Il muto ululato degli astensionisti
Mercoledì, 10 Giugno 2009
Il numero degli astensionisti alle Elezioni Comunali, Provinciali, Europee del 6/7 giugno 2009, è sicuramente un dato inquietante.
Visto da alcuni come mero qualunquismo, mancanza di senso civico, disinteresse verso il Governo, questa volta, un terzo degli aventi diritto al voto, si è rivelato essere qualcosa di ben diverso. E’ la voce dei dissidenti che si ribellano.
L’urlo muto degli schifati che sfuggono al controllo di massa.
Dei rivoltosi che non accettano più alcuna proposta dei soliti politicanti.
Un grido di protesta che si è sentito forte e chiaro. Checchè non se ne dica.
Gli astenuti hanno mandato a quel pais non solo Al Cafone, bensì tutti gli schieramenti.
E questo è un dato di fatto. Gli altri due terzi, dicono, hanno scelto.
Tutti liberamente e consapevolmente? Affatto.
Se analizziamo il grande baraccone elettorale, scopriamo nell’ordine: voti ambigui dovuti all’ignoranza dell’elettore, schede bianche che a nulla servono se non a incrementare la maggioranza, matite truccate che un qualsiasi cittadino ha riscontrato di poter cancellare con una semplice gomma, schede annullate, doppi voti, corruzione pre elettorale a suon di promesse e magna magna, voti contestati, inconsistente alleanza e opposizione dei partiti del centro sinistra che rifiutano un sistema elettorale basato sul bipolarismo modello made in U.S.A.
E infine i brogli elettorali
Quante di queste preferenze risultate, sono state pilotate, manipolate, contraffatte, strappate con tutti i mezzi da una fasulla maggioranza? Secondo me molte. Troppe.
Pseudoscelte che, sommate al non consenso degli astensionisti, dipingono un quadro ben diverso da quello che vogliono mostrarci. Il quadro di una politica fatiscente, dall’appariscente impalcatura destinata al crollo totale.

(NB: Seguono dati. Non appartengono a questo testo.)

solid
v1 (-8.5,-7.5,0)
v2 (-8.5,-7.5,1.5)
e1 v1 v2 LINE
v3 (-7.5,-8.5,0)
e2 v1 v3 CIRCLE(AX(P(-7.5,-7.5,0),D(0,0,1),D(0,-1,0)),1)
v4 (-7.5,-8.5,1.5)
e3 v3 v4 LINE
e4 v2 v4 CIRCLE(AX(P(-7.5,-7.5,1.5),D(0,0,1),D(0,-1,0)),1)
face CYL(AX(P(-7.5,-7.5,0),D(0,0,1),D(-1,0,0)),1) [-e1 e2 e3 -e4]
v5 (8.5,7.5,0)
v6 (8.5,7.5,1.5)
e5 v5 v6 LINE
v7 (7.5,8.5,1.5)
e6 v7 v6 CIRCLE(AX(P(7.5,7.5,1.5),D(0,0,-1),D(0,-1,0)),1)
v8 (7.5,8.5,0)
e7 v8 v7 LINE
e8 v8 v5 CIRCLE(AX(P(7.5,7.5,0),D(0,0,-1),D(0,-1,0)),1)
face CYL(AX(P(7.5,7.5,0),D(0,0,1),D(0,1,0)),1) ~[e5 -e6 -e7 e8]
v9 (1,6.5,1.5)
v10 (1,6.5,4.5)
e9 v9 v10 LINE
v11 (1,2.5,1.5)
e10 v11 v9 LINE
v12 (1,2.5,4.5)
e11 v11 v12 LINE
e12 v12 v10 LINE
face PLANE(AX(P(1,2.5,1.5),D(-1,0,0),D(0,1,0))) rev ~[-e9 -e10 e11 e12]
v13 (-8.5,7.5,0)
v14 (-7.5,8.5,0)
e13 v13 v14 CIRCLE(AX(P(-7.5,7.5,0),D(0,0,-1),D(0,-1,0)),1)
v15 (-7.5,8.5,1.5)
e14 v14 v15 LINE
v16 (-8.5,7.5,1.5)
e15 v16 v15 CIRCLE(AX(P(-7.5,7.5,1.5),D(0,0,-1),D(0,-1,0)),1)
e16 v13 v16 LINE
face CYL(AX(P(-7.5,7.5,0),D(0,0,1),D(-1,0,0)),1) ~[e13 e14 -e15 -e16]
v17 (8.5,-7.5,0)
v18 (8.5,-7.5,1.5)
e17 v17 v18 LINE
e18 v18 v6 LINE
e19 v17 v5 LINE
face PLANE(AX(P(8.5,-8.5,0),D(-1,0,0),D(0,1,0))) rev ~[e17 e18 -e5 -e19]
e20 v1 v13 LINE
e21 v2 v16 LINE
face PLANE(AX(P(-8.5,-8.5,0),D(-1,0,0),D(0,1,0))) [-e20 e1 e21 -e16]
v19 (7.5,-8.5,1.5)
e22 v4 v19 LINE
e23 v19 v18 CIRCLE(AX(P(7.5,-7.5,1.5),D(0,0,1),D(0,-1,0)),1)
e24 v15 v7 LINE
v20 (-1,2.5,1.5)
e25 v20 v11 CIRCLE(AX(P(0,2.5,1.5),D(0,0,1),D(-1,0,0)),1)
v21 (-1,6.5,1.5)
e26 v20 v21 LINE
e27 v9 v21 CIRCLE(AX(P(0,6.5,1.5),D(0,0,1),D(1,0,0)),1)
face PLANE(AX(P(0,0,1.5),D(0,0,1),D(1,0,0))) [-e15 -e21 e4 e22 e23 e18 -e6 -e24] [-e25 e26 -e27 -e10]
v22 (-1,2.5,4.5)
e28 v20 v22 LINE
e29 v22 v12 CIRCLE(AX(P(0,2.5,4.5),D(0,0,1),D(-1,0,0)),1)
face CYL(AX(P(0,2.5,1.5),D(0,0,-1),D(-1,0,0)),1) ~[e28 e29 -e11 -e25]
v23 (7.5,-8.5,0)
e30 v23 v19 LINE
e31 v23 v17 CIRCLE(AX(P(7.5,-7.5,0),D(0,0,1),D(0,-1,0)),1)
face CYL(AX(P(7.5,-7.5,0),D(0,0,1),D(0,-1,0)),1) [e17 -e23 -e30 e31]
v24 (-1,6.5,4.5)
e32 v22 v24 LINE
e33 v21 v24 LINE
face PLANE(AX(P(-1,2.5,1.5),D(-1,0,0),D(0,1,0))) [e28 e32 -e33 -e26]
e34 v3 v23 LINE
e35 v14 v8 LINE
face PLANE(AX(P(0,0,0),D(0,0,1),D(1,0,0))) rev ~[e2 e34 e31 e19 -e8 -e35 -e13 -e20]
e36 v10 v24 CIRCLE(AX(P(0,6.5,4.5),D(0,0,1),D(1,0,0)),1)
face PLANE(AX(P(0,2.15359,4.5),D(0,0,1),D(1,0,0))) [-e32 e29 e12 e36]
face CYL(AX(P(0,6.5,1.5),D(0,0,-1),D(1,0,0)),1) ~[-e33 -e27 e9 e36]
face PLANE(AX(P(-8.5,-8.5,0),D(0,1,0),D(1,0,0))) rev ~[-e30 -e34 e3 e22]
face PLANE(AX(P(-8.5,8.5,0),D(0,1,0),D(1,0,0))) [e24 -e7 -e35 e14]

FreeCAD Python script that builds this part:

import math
import FreeCAD as App
import Part
import Sketcher


def edges_at(feature, points):
    """Names of the edges that pass closest to the given points."""
    edges = feature.Shape.Edges
    near = lambda p: min(range(len(edges)), key=lambda i: edges[i].distToShape(Part.Vertex(*p))[0])
    return sorted({f"Edge{near(p) + 1}" for p in points})

doc = App.newDocument("Part")
body = doc.addObject("PartDesign::Body", "Body")

sketch1 = body.newObject("Sketcher::SketchObject", "Sketch")
sketch1.AttachmentSupport = (doc.getObject("XY_Plane"), [""])
sketch1.MapMode = "FlatFace"
sketch1.addGeometry([
    Part.LineSegment(App.Vector(-8, 8, 0), App.Vector(-8, -8, 0)),
    Part.LineSegment(App.Vector(-8, -8, 0), App.Vector(8, -8, 0)),
    Part.LineSegment(App.Vector(8, -8, 0), App.Vector(8, 8, 0)),
    Part.LineSegment(App.Vector(8, 8, 0), App.Vector(-8, 8, 0)),
], False)
sketch1.addConstraint([
    Sketcher.Constraint("Coincident", 0, 2, 1, 1),
    Sketcher.Constraint("Coincident", 1, 2, 2, 1),
    Sketcher.Constraint("Coincident", 2, 2, 3, 1),
    Sketcher.Constraint("Coincident", 3, 2, 0, 1),
    Sketcher.Constraint("Vertical", 0),
    Sketcher.Constraint("Horizontal", 1),
    Sketcher.Constraint("Vertical", 2),
    Sketcher.Constraint("Horizontal", 3),
    Sketcher.Constraint("Symmetric", 0, 2, 2, 2, -1, 1),
    Sketcher.Constraint("Equal", 3, 0),
    Sketcher.Constraint("DistanceX", 1, 1, 1, 2, 17.0),
])
pad1 = body.newObject("PartDesign::Pad", "Pad")
pad1.Profile = sketch1
pad1.Length = 1.5

sketch2 = body.newObject("Sketcher::SketchObject", "Sketch001")
sketch2.AttachmentSupport = (doc.getObject("XY_Plane"), [""])
sketch2.MapMode = "FlatFace"
sketch2.AttachmentOffset = App.Placement(App.Vector(0, 0, 1.5), App.Rotation())
sketch2.addGeometry([
    Part.ArcOfCircle(Part.Circle(App.Vector(0, 2.5, 0), App.Vector(0, 0, 1), 1), math.radians(180), math.radians(360)),
    Part.LineSegment(App.Vector(1, 2.5, 0), App.Vector(1, 6.5, 0)),
    Part.ArcOfCircle(Part.Circle(App.Vector(0, 6.5, 0), App.Vector(0, 0, 1), 1), math.radians(0), math.radians(180)),
    Part.LineSegment(App.Vector(-1, 6.5, 0), App.Vector(-1, 2.5, 0)),
], False)
sketch2.addConstraint([
    Sketcher.Constraint("Tangent", 0, 2, 1, 1),
    Sketcher.Constraint("Tangent", 1, 2, 2, 1),
    Sketcher.Constraint("Tangent", 2, 2, 3, 1),
    Sketcher.Constraint("Tangent", 3, 2, 0, 1),
    Sketcher.Constraint("Vertical", 1),
    Sketcher.Constraint("Vertical", 3),
    Sketcher.Constraint("PointOnObject", 0, 3, -2),
    Sketcher.Constraint("Radius", 0, 1.0),
    Sketcher.Constraint("DistanceY", 1, 1, 1, 2, 4.0),
    Sketcher.Constraint("DistanceY", -1, 1, 0, 3, 2.5),
])
pad2 = body.newObject("PartDesign::Pad", "Pad001")
pad2.Profile = sketch2
pad2.Length = 3
doc.recompute()

fillet = body.newObject("PartDesign::Fillet", "Fillet")
fillet.Base = (pad2, edges_at(pad2, [
    (-8.5, 8.5, 0.75),
    (-8.5, -8.5, 0.75),
    (8.5, 8.5, 0.75),
    (8.5, -8.5, 0.75),
]))
fillet.Radius = 1

doc.recompute()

Grazie alla Rete, grazie all’informazione libera, una bella fetta di elettori apre finalmente gli occhi.
Ecco perché si sta tentando in tutti i modi d’imbavagliarla.
Un terzo degli italiani è stufo di votare per fantocci di paglia che sperperano denaro pubblico.

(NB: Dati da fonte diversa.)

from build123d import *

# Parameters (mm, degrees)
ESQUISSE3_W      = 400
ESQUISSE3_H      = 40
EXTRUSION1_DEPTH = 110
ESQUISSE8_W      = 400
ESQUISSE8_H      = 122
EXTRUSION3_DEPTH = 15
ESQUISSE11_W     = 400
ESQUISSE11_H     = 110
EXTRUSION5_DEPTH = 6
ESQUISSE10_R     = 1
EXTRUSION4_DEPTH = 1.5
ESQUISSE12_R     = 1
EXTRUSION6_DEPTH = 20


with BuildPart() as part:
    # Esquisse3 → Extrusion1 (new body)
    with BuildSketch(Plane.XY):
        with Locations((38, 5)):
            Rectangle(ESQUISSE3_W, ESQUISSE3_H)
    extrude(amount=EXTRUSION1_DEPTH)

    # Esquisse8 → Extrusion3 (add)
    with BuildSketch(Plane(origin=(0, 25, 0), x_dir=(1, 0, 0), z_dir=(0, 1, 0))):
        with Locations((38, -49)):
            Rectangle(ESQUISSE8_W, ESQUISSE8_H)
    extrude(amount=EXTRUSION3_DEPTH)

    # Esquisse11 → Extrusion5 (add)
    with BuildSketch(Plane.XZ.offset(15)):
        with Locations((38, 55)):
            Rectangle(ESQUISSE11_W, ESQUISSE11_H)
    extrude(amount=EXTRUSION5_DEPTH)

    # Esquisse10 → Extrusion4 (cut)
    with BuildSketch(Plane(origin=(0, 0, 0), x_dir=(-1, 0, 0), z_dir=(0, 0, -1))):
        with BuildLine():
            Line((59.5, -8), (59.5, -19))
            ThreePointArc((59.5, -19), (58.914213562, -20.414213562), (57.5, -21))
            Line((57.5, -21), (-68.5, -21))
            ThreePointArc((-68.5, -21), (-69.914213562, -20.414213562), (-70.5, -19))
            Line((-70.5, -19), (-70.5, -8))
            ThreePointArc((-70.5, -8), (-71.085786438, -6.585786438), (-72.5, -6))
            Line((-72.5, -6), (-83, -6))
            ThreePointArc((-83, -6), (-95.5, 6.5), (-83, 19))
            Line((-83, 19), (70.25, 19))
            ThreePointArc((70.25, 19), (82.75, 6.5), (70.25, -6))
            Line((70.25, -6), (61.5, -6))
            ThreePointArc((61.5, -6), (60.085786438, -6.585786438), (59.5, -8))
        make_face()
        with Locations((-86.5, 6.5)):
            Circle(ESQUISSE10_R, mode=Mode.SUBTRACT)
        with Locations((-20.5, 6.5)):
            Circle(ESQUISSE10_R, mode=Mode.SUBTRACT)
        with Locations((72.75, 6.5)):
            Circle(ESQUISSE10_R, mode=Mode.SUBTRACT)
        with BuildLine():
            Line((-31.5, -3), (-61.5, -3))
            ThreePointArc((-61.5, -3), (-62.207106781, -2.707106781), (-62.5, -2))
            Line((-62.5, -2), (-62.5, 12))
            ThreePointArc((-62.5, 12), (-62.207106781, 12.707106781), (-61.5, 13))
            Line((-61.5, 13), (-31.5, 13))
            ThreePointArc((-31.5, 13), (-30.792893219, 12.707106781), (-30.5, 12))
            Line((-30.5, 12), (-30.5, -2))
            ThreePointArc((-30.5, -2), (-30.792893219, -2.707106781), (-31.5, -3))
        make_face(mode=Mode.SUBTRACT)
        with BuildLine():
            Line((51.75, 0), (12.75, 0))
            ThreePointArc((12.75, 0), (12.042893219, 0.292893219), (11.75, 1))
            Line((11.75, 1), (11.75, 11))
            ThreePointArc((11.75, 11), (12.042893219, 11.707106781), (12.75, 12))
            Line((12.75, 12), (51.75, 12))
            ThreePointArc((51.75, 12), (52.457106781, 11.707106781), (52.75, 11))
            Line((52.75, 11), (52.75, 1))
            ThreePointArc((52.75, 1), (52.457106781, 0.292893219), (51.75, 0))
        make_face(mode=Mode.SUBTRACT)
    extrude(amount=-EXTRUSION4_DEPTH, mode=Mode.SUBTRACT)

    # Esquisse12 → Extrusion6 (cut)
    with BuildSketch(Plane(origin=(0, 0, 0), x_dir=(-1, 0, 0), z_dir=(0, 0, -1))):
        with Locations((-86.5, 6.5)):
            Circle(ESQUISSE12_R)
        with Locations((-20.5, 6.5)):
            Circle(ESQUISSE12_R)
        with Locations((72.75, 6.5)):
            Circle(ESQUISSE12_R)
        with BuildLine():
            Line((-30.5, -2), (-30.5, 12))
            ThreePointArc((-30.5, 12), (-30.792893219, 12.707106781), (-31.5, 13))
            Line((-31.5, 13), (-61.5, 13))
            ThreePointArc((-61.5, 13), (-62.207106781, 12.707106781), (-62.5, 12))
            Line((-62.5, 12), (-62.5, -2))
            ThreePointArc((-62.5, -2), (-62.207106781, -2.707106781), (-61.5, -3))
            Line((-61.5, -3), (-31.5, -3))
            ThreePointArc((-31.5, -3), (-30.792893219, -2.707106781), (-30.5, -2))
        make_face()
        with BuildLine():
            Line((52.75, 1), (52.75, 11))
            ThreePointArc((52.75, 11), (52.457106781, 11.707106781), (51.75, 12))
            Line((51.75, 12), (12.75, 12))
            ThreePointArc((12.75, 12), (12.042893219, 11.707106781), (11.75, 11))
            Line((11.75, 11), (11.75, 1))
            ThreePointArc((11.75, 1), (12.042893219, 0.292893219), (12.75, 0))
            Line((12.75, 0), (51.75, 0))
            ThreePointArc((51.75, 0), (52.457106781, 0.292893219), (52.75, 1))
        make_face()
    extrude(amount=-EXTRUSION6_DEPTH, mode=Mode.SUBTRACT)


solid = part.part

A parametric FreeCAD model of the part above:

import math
import FreeCAD as App
import Part
import Sketcher
from FreeCAD import Vector

doc = App.newDocument("Part")
body = doc.addObject("PartDesign::Body", "Body")

sketch1 = body.newObject("Sketcher::SketchObject", "Sketch")
sketch1.AttachmentSupport = (doc.getObject("XY_Plane"), [""])
sketch1.MapMode = "FlatFace"
sketch1.addGeometry([
    Part.LineSegment(Vector(-162, 25, 0), Vector(-162, -15, 0)),
    Part.LineSegment(Vector(-162, -15, 0), Vector(238, -15, 0)),
    Part.LineSegment(Vector(238, -15, 0), Vector(238, 25, 0)),
    Part.LineSegment(Vector(238, 25, 0), Vector(-162, 25, 0)),
], False)
sketch1.addConstraint([
    Sketcher.Constraint("Coincident", 0, 2, 1, 1),
    Sketcher.Constraint("Coincident", 1, 2, 2, 1),
    Sketcher.Constraint("Coincident", 2, 2, 3, 1),
    Sketcher.Constraint("Coincident", 3, 2, 0, 1),
    Sketcher.Constraint("Vertical", 0),
    Sketcher.Constraint("Horizontal", 1),
    Sketcher.Constraint("Vertical", 2),
    Sketcher.Constraint("Horizontal", 3),
    Sketcher.Constraint("DistanceX", 1, 1, 1, 2, 400.0),
    Sketcher.Constraint("DistanceY", 0, 2, 0, 1, 40.0),
    Sketcher.Constraint("DistanceX", 0, 2, -1, 1, 162.0),
    Sketcher.Constraint("DistanceY", 0, 2, -1, 1, 15.0),
])
pad1 = body.newObject("PartDesign::Pad", "Pad")
pad1.Profile = sketch1
pad1.Length = 110

sketch2 = body.newObject("Sketcher::SketchObject", "Sketch001")
sketch2.AttachmentSupport = (doc.getObject("XZ_Plane"), [""])
sketch2.MapMode = "FlatFace"
sketch2.AttachmentOffset = App.Placement(Vector(0, 0, -25), App.Rotation())
sketch2.addGeometry([
    Part.LineSegment(Vector(-162, -12, 0), Vector(-162, 110, 0)),
    Part.LineSegment(Vector(-162, 110, 0), Vector(238, 110, 0)),
    Part.LineSegment(Vector(238, 110, 0), Vector(238, -12, 0)),
    Part.LineSegment(Vector(238, -12, 0), Vector(-162, -12, 0)),
], False)
sketch2.addConstraint([
    Sketcher.Constraint("Coincident", 0, 2, 1, 1),
    Sketcher.Constraint("Coincident", 1, 2, 2, 1),
    Sketcher.Constraint("Coincident", 2, 2, 3, 1),
    Sketcher.Constraint("Coincident", 3, 2, 0, 1),
    Sketcher.Constraint("Vertical", 0),
    Sketcher.Constraint("Horizontal", 1),
    Sketcher.Constraint("Vertical", 2),
    Sketcher.Constraint("Horizontal", 3),
    Sketcher.Constraint("DistanceX", 1, 1, 1, 2, 400.0),
    Sketcher.Constraint("DistanceY", 0, 1, 0, 2, 122.0),
    Sketcher.Constraint("DistanceX", 0, 2, -1, 1, 162.0),
    Sketcher.Constraint("DistanceY", -1, 1, 0, 2, 110.0),
])
pad2 = body.newObject("PartDesign::Pad", "Pad001")
pad2.Profile = sketch2
pad2.Length = 15
pad2.Reversed = True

Solo un nuovo regolamento delle candidature, a mio avviso, potrebbe restituire la fiducia ad un Paese sempre più deluso. Che si rifiuta palesemente di sottoscrivere proposte indecenti.
Invece di buttare nel cesso centinaia di migliaia di euri per sconsiderate campagne elettorali che nulla cambiano, invece di bruciare montagne di soldi in manifestini e festini, invece di sprecare fiumi di monete per tutti i servizi annessi e connessi, propongo l’uso di questo abuso istituendo una commissione d’esame popolare che valuti e selezioni i cittadini che si offrono e/o pretendono di occupare poltrone pubbliche. Qualsiasi Pinco Pallino, senza né arte né parte, se non una spiccata predisposizione all’esibizionismo, alla parlantina e all’interesse personale, non può essere idoneo nemmeno alla candidatura. Figuriamoci a governarci. Non ha i requisiti minimi e indispensabili. Così come non può averli chi ha già ampiamente dimostrato di essere un disonesto, un venduto, un pregiudicato.
Il candidato ideale dovrebbe prima presentare il suo curriculum di preparazione, conseguire un’abilitazione alla “professione” e solo dopo aver superato l’esame, potrebbe avere diritto a concorrere!
E’ un’idea di come investire intelligentemente il nostro denaro.
Il popolo sovrano ha il diritto di pretendere garanzie. E’ questa l’unica strada, secondo me, per ristabilire la democrazia .
In alternativa, non ci resta che esercitare il nostro grande potere e tutti in coro, ululare tra mura di urne deserte.